In April 2013, the Company and UWA entered into an amendment to an existing exclusive license agreement relating to the treatment of Duchenne by inducing the skipping of certain exons. The agreement was further amended in June 2016. Under the amended agreement, the Company may be obligated to make payments to UWA totaling up to $26.0 million upon the achievement of certain development, regulatory and sales milestones. Additionally, the Company is required to pay a low-single-digit percentage royalty on net sales of products covered by issued patents licensed under the agreements with UWA. Corresponding to the FDA approval of EXONDYS 51 in 2016, VYONDYS 53 in December 2019, and AMONDYS 45 in February 2021, the Company recorded milestone payments of $1.0 million, $0.5 million and $0.5 million as in-licensed right intangible assets in its consolidated balance sheets, respectively. Each in-licensed right is being amortized on a straight-line basis over the remaining life of the relevant patents and have a combined carrying value of $1.0 million as of December 31, 2022. For the years ended December 31, 2022, 2021 and 2020, the Company recorded $10.5 million, $7.7 million and $5.7 million in royalty expense, respectively, which is included in cost of sales, related to agreements with UWA. For the year ended December 31, 2022, no other development, regulatory or sales milestones were deemed probable of being achieved and, accordingly, no additional in-licensed rights or expenses have been recognized.

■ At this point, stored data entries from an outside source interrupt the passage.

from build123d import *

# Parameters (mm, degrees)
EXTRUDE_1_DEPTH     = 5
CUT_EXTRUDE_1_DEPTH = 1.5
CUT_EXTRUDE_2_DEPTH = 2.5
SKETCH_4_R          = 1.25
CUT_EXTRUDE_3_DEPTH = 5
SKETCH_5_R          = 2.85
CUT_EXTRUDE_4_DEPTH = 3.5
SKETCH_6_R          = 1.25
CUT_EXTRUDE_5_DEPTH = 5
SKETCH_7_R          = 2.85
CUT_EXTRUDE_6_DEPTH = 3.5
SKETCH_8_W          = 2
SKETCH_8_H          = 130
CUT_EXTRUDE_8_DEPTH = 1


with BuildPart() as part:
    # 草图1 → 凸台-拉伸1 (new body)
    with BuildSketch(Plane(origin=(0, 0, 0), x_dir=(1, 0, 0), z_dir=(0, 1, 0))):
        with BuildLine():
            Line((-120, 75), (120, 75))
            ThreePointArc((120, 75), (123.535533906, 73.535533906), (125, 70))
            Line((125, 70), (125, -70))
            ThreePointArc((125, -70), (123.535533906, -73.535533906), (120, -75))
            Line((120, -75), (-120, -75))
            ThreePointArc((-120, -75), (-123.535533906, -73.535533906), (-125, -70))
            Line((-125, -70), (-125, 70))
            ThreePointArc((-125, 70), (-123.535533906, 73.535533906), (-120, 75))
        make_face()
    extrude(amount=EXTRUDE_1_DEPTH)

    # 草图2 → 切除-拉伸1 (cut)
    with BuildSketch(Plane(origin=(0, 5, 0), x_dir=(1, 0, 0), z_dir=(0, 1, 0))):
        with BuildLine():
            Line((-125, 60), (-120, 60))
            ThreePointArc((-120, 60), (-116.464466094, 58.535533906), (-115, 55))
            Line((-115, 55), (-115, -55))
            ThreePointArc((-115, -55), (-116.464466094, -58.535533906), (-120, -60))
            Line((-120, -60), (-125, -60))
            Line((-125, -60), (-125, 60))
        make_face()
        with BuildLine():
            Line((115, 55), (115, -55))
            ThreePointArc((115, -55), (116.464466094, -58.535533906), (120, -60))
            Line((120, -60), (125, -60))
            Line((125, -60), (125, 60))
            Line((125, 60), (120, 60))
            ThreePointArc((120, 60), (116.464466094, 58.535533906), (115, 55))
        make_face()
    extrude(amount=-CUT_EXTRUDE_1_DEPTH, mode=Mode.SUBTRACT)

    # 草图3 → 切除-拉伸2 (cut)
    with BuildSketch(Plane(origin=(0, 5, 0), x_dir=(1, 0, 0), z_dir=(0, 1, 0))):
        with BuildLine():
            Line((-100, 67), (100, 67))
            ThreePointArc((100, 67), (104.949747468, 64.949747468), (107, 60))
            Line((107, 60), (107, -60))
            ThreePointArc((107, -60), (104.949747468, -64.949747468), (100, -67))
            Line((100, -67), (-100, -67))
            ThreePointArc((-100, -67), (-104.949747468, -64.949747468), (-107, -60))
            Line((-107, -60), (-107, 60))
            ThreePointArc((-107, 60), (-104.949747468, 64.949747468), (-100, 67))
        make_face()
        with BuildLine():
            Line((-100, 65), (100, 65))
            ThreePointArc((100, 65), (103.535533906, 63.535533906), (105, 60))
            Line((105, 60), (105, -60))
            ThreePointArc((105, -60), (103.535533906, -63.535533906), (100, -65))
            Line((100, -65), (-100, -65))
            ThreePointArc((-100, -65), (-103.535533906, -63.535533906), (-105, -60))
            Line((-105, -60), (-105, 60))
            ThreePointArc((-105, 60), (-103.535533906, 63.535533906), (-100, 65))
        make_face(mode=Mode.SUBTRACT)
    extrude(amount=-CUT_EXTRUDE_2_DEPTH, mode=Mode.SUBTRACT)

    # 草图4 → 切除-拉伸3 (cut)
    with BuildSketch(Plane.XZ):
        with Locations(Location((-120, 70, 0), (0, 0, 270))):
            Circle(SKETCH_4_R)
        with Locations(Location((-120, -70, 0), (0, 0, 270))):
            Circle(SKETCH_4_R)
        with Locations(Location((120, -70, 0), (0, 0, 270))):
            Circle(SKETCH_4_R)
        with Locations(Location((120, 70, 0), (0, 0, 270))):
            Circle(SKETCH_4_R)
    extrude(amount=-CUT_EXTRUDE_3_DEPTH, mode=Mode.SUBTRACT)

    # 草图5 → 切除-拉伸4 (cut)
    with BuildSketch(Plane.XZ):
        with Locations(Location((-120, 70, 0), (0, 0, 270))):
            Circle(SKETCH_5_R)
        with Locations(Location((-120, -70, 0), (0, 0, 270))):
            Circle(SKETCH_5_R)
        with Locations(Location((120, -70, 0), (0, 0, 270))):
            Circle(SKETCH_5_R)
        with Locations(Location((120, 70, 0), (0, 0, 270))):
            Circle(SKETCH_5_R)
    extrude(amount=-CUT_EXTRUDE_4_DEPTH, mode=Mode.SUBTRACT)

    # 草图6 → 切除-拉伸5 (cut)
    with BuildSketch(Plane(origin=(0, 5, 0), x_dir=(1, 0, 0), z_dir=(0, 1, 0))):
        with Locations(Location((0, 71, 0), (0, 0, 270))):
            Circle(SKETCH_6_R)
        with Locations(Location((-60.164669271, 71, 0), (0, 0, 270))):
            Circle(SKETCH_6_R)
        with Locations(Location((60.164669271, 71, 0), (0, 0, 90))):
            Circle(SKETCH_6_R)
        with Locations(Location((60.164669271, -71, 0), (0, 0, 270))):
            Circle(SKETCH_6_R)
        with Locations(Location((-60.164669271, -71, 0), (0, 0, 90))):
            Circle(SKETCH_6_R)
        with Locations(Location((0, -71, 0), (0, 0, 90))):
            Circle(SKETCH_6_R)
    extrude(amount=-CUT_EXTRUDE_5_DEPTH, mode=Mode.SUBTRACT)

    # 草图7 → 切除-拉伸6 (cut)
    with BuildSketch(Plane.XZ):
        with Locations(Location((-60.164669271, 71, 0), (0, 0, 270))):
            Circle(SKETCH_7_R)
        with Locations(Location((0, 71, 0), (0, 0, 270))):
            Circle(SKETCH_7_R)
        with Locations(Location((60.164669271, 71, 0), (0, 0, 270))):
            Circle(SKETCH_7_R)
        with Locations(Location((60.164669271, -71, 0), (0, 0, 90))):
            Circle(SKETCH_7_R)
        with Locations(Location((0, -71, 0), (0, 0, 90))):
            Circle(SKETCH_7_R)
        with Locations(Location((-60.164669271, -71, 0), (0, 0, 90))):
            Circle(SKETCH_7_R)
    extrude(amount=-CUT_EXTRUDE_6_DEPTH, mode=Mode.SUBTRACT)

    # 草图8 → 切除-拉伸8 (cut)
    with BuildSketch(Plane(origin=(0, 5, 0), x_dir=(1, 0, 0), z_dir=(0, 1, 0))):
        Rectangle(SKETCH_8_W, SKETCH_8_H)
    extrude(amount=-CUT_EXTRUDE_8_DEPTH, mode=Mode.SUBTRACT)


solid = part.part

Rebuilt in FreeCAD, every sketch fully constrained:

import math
import FreeCAD as App
import Part
import Sketcher
Q = App.Units.Quantity


def add_polygon(sketch, points):
    """Adds a closed chain of lines whose ends are joined by coincident constraints."""
    first, n = sketch.GeometryCount, len(points)
    for a, b in zip(points, points[1:] + points[:1]):
        sketch.addGeometry(Part.LineSegment(App.Vector(*a, 0), App.Vector(*b, 0)), False)
    for i in range(n):
        sketch.addConstraint(Sketcher.Constraint("Coincident", first + i, 2, first + (i + 1) % n, 1))

doc = App.newDocument("Part")
body = doc.addObject("PartDesign::Body", "Body")

# Sketch on XZ plane
sketch1 = body.newObject("Sketcher::SketchObject", "Sketch")
sketch1.AttachmentSupport = (doc.getObject("XZ_Plane"), [""])
sketch1.MapMode = "FlatFace"
sketch1.addGeometry(Part.LineSegment(App.Vector(120, -75, 0), App.Vector(-120, -75, 0)), False)
sketch1.addGeometry(Part.ArcOfCircle(Part.Circle(App.Vector(-120, -70, 0), App.Vector(0, 0, 1), 5), math.radians(180), math.radians(270)), False)
sketch1.addGeometry(Part.LineSegment(App.Vector(-125, -70, 0), App.Vector(-125, 70, 0)), False)
sketch1.addGeometry(Part.ArcOfCircle(Part.Circle(App.Vector(-120, 70, 0), App.Vector(0, 0, 1), 5), math.radians(90), math.radians(180)), False)
sketch1.addGeometry(Part.LineSegment(App.Vector(-120, 75, 0), App.Vector(120, 75, 0)), False)
sketch1.addGeometry(Part.ArcOfCircle(Part.Circle(App.Vector(120, 70, 0), App.Vector(0, 0, 1), 5), math.radians(0), math.radians(90)), False)
sketch1.addGeometry(Part.LineSegment(App.Vector(125, 70, 0), App.Vector(125, -70, 0)), False)
sketch1.addGeometry(Part.ArcOfCircle(Part.Circle(App.Vector(120, -70, 0), App.Vector(0, 0, 1), 5), math.radians(-90), math.radians(0)), False)
sketch1.addConstraint(Sketcher.Constraint("Tangent", 0, 2, 1, 2))
sketch1.addConstraint(Sketcher.Constraint("Tangent", 1, 1, 2, 1))
sketch1.addConstraint(Sketcher.Constraint("Tangent", 2, 2, 3, 2))
sketch1.addConstraint(Sketcher.Constraint("Tangent", 3, 1, 4, 1))
sketch1.addConstraint(Sketcher.Constraint("Tangent", 4, 2, 5, 2))
sketch1.addConstraint(Sketcher.Constraint("Tangent", 5, 1, 6, 1))
sketch1.addConstraint(Sketcher.Constraint("Tangent", 6, 2, 7, 2))
sketch1.addConstraint(Sketcher.Constraint("Tangent", 7, 1, 0, 1))
sketch1.addConstraint(Sketcher.Constraint("Horizontal", 0))
sketch1.addConstraint(Sketcher.Constraint("Vertical", 2))
sketch1.addConstraint(Sketcher.Constraint("Horizontal", 4))
sketch1.addConstraint(Sketcher.Constraint("Vertical", 6))
sketch1.addConstraint(Sketcher.Constraint("Equal", 1, 3))
sketch1.addConstraint(Sketcher.Constraint("Equal", 3, 5))
sketch1.addConstraint(Sketcher.Constraint("Equal", 5, 7))
sketch1.addConstraint(Sketcher.Constraint("Symmetric", 1, 3, 5, 3, -1, 1))
sketch1.addConstraint(Sketcher.Constraint("Radius", 1, Q("5 mm")))
sketch1.addConstraint(Sketcher.Constraint("DistanceX", 0, 2, 0, 1, Q("240 mm")))
sketch1.addConstraint(Sketcher.Constraint("DistanceY", 2, 1, 2, 2, Q("140 mm")))
pad1 = body.newObject("PartDesign::Pad", "Pad")
pad1.Profile = sketch1
pad1.Length = 5
pad1.Reversed = True

# Sketch on XZ plane
sketch2 = body.newObject("Sketcher::SketchObject", "Sketch001")
sketch2.AttachmentSupport = (doc.getObject("XZ_Plane"), [""])
sketch2.MapMode = "FlatFace"
sketch2.AttachmentOffset = App.Placement(App.Vector(0, 0, -5), App.Rotation())
sketch2.addGeometry(Part.LineSegment(App.Vector(-120, -60, 0), App.Vector(-125, -60, 0)), False)
sketch2.addGeometry(Part.LineSegment(App.Vector(-125, -60, 0), App.Vector(-125, 60, 0)), False)
sketch2.addGeometry(Part.LineSegment(App.Vector(-125, 60, 0), App.Vector(-120, 60, 0)), False)
sketch2.addGeometry(Part.ArcOfCircle(Part.Circle(App.Vector(-120, 55, 0), App.Vector(0, 0, 1), 5), math.radians(0), math.radians(90)), False)
sketch2.addGeometry(Part.LineSegment(App.Vector(-115, 55, 0), App.Vector(-115, -55, 0)), False)
sketch2.addGeometry(Part.ArcOfCircle(Part.Circle(App.Vector(-120, -55, 0), App.Vector(0, 0, 1), 5), math.radians(-90), math.radians(0)), False)
sketch2.addGeometry(Part.LineSegment(App.Vector(115, -55, 0), App.Vector(115, 55, 0)), False)
sketch2.addGeometry(Part.ArcOfCircle(Part.Circle(App.Vector(120, 55, 0), App.Vector(0, 0, 1), 5), math.radians(90), math.radians(180)), False)
sketch2.addGeometry(Part.LineSegment(App.Vector(120, 60, 0), App.Vector(125, 60, 0)), False)
sketch2.addGeometry(Part.LineSegment(App.Vector(125, 60, 0), App.Vector(125, -60, 0)), False)
sketch2.addGeometry(Part.LineSegment(App.Vector(125, -60, 0), App.Vector(120, -60, 0)), False)
sketch2.addGeometry(Part.ArcOfCircle(Part.Circle(App.Vector(120, -55, 0), App.Vector(0, 0, 1), 5), math.radians(180), math.radians(270)), False)
sketch2.addConstraint(Sketcher.Constraint("Coincident", 0, 2, 1, 1))
sketch2.addConstraint(Sketcher.Constraint("Coincident", 1, 2, 2, 1))
sketch2.addConstraint(Sketcher.Constraint("Tangent", 2, 2, 3, 2))
sketch2.addConstraint(Sketcher.Constraint("Tangent", 3, 1, 4, 1))
sketch2.addConstraint(Sketcher.Constraint("Tangent", 4, 2, 5, 2))
sketch2.addConstraint(Sketcher.Constraint("Tangent", 5, 1, 0, 1))
sketch2.addConstraint(Sketcher.Constraint("Tangent", 6, 2, 7, 2))
sketch2.addConstraint(Sketcher.Constraint("Tangent", 7, 1, 8, 1))
sketch2.addConstraint(Sketcher.Constraint("Coincident", 8, 2, 9, 1))
sketch2.addConstraint(Sketcher.Constraint("Coincident", 9, 2, 10, 1))
sketch2.addConstraint(Sketcher.Constraint("Tangent", 10, 2, 11, 2))
sketch2.addConstraint(Sketcher.Constraint("Tangent", 11, 1, 6, 1))
sketch2.addConstraint(Sketcher.Constraint("Horizontal", 0))
sketch2.addConstraint(Sketcher.Constraint("Vertical", 1))
sketch2.addConstraint(Sketcher.Constraint("Horizontal", 2))
sketch2.addConstraint(Sketcher.Constraint("Vertical", 4))
sketch2.addConstraint(Sketcher.Constraint("Vertical", 6))
sketch2.addConstraint(Sketcher.Constraint("Horizontal", 8))
sketch2.addConstraint(Sketcher.Constraint("Vertical", 9))
sketch2.addConstraint(Sketcher.Constraint("Horizontal", 10))
sketch2.addConstraint(Sketcher.Constraint("Equal", 3, 5))
sketch2.addConstraint(Sketcher.Constraint("Equal", 5, 7))
sketch2.addConstraint(Sketcher.Constraint("Equal", 7, 11))
sketch2.addConstraint(Sketcher.Constraint("Symmetric", 5, 3, 7, 3, -1, 1))
sketch2.addConstraint(Sketcher.Constraint("Symmetric", 1, 2, 9, 2, -1, 1))
sketch2.addConstraint(Sketcher.Constraint("Horizontal", 3, 3, 7, 3))
sketch2.addConstraint(Sketcher.Constraint("Radius", 3, Q("5 mm")))
sketch2.addConstraint(Sketcher.Constraint("DistanceX", 0, 2, 0, 1, Q("5 mm")))
sketch2.addConstraint(Sketcher.Constraint("DistanceY", 1, 1, 1, 2, Q("120 mm")))
sketch2.addConstraint(Sketcher.Constraint("DistanceX", 3, 3, -1, 1, Q("120 mm")))
pocket1 = body.newObject("PartDesign::Pocket", "Pocket")
pocket1.Profile = sketch2
pocket1.Length = 1.5
pocket1.Reversed = True

# Sketch on XZ plane
sketch3 = body.newObject("Sketcher::SketchObject", "Sketch002")
sketch3.AttachmentSupport = (doc.getObject("XZ_Plane"), [""])
sketch3.MapMode = "FlatFace"
sketch3.AttachmentOffset = App.Placement(App.Vector(0, 0, -5), App.Rotation())
sketch3.addGeometry(Part.LineSegment(App.Vector(100, -67, 0), App.Vector(-100, -67, 0)), False)
sketch3.addGeometry(Part.ArcOfCircle(Part.Circle(App.Vector(-100, -60, 0), App.Vector(0, 0, 1), 7), math.radians(-180), math.radians(-90)), False)
sketch3.addGeometry(Part.LineSegment(App.Vector(-107, -60, 0), App.Vector(-107, 60, 0)), False)
sketch3.addGeometry(Part.ArcOfCircle(Part.Circle(App.Vector(-100, 60, 0), App.Vector(0, 0, 1), 7), math.radians(90), math.radians(180)), False)
sketch3.addGeometry(Part.LineSegment(App.Vector(-100, 67, 0), App.Vector(100, 67, 0)), False)
sketch3.addGeometry(Part.ArcOfCircle(Part.Circle(App.Vector(100, 60, 0), App.Vector(0, 0, 1), 7), math.radians(0), math.radians(90)), False)
sketch3.addGeometry(Part.LineSegment(App.Vector(107, 60, 0), App.Vector(107, -60, 0)), False)
sketch3.addGeometry(Part.ArcOfCircle(Part.Circle(App.Vector(100, -60, 0), App.Vector(0, 0, 1), 7), math.radians(-90), math.radians(0)), False)
sketch3.addGeometry(Part.LineSegment(App.Vector(-100, -65, 0), App.Vector(100, -65, 0)), False)
sketch3.addGeometry(Part.ArcOfCircle(Part.Circle(App.Vector(100, -60, 0), App.Vector(0, 0, 1), 5), math.radians(-90), math.radians(0)), False)
sketch3.addGeometry(Part.LineSegment(App.Vector(105, -60, 0), App.Vector(105, 60, 0)), False)
sketch3.addGeometry(Part.ArcOfCircle(Part.Circle(App.Vector(100, 60, 0), App.Vector(0, 0, 1), 5), math.radians(0), math.radians(90)), False)
sketch3.addGeometry(Part.LineSegment(App.Vector(100, 65, 0), App.Vector(-100, 65, 0)), False)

Research and Option Agreements

The Company has research and option agreements with third parties in order to develop various technologies and biologics that may be used in the administration of the Company’s genetic therapeutics. The agreements generally provide for research services related to pre-clinical development programs, and options to license the technology for clinical development. Prior to the options under these agreements being executed, the Company may be required to make up to $41.8 million in research milestone payments. Under these agreements, there are $243.8 million in potential option payments to be made by the Company upon the determination to exercise the options. Additionally, if the options for each agreement are executed, the Company would incur additional contingent obligations and may be required to make development, regulatory, and sales milestone payments and tiered royalty payments based on the sales of the developed products upon commercialization. For the years ended December 31, 2022 and 2021, the Company recognized $6.0 million and $3.0 million of research, option and milestone expenses, respectively, with no similar activity for the year ended December 31, 2020. For the year ended December 31, 2022, the Company exercised options in a research and option agreement and recognized $8.5 million of up-front expense as a research and development expense in the accompanying consolidated statements of operations and comprehensive loss. No option exercise payments were made during the years ended December 31, 2021 and 2020.

Milestone Obligations

Including the agreements discussed above, the Company has license and collaboration agreements in place for which it could be obligated to pay, in addition to the payment of up-front fees upon execution of the agreements, certain milestone payments as a product candidate proceeds from the submission of an investigational new drug application through approval for commercial sale and beyond. As of December 31, 2022, the Company may be obligated to make up to $3.2 billion of future development, regulatory, commercial, and up-front royalty payments associated with its collaboration and license agreements. These obligations exclude potential future option and milestone payments for options that have yet to be exercised within agreements entered into by the Company as of December 31, 2022, which are discussed above. For the years ended December 31, 2022, 2021 and 2020, the Company recognized approximately $32.6 million, $50.3 million, $47.3 million relating to certain up-front, milestone, settlement and other payments as research and development expense, respectively, under these agreements.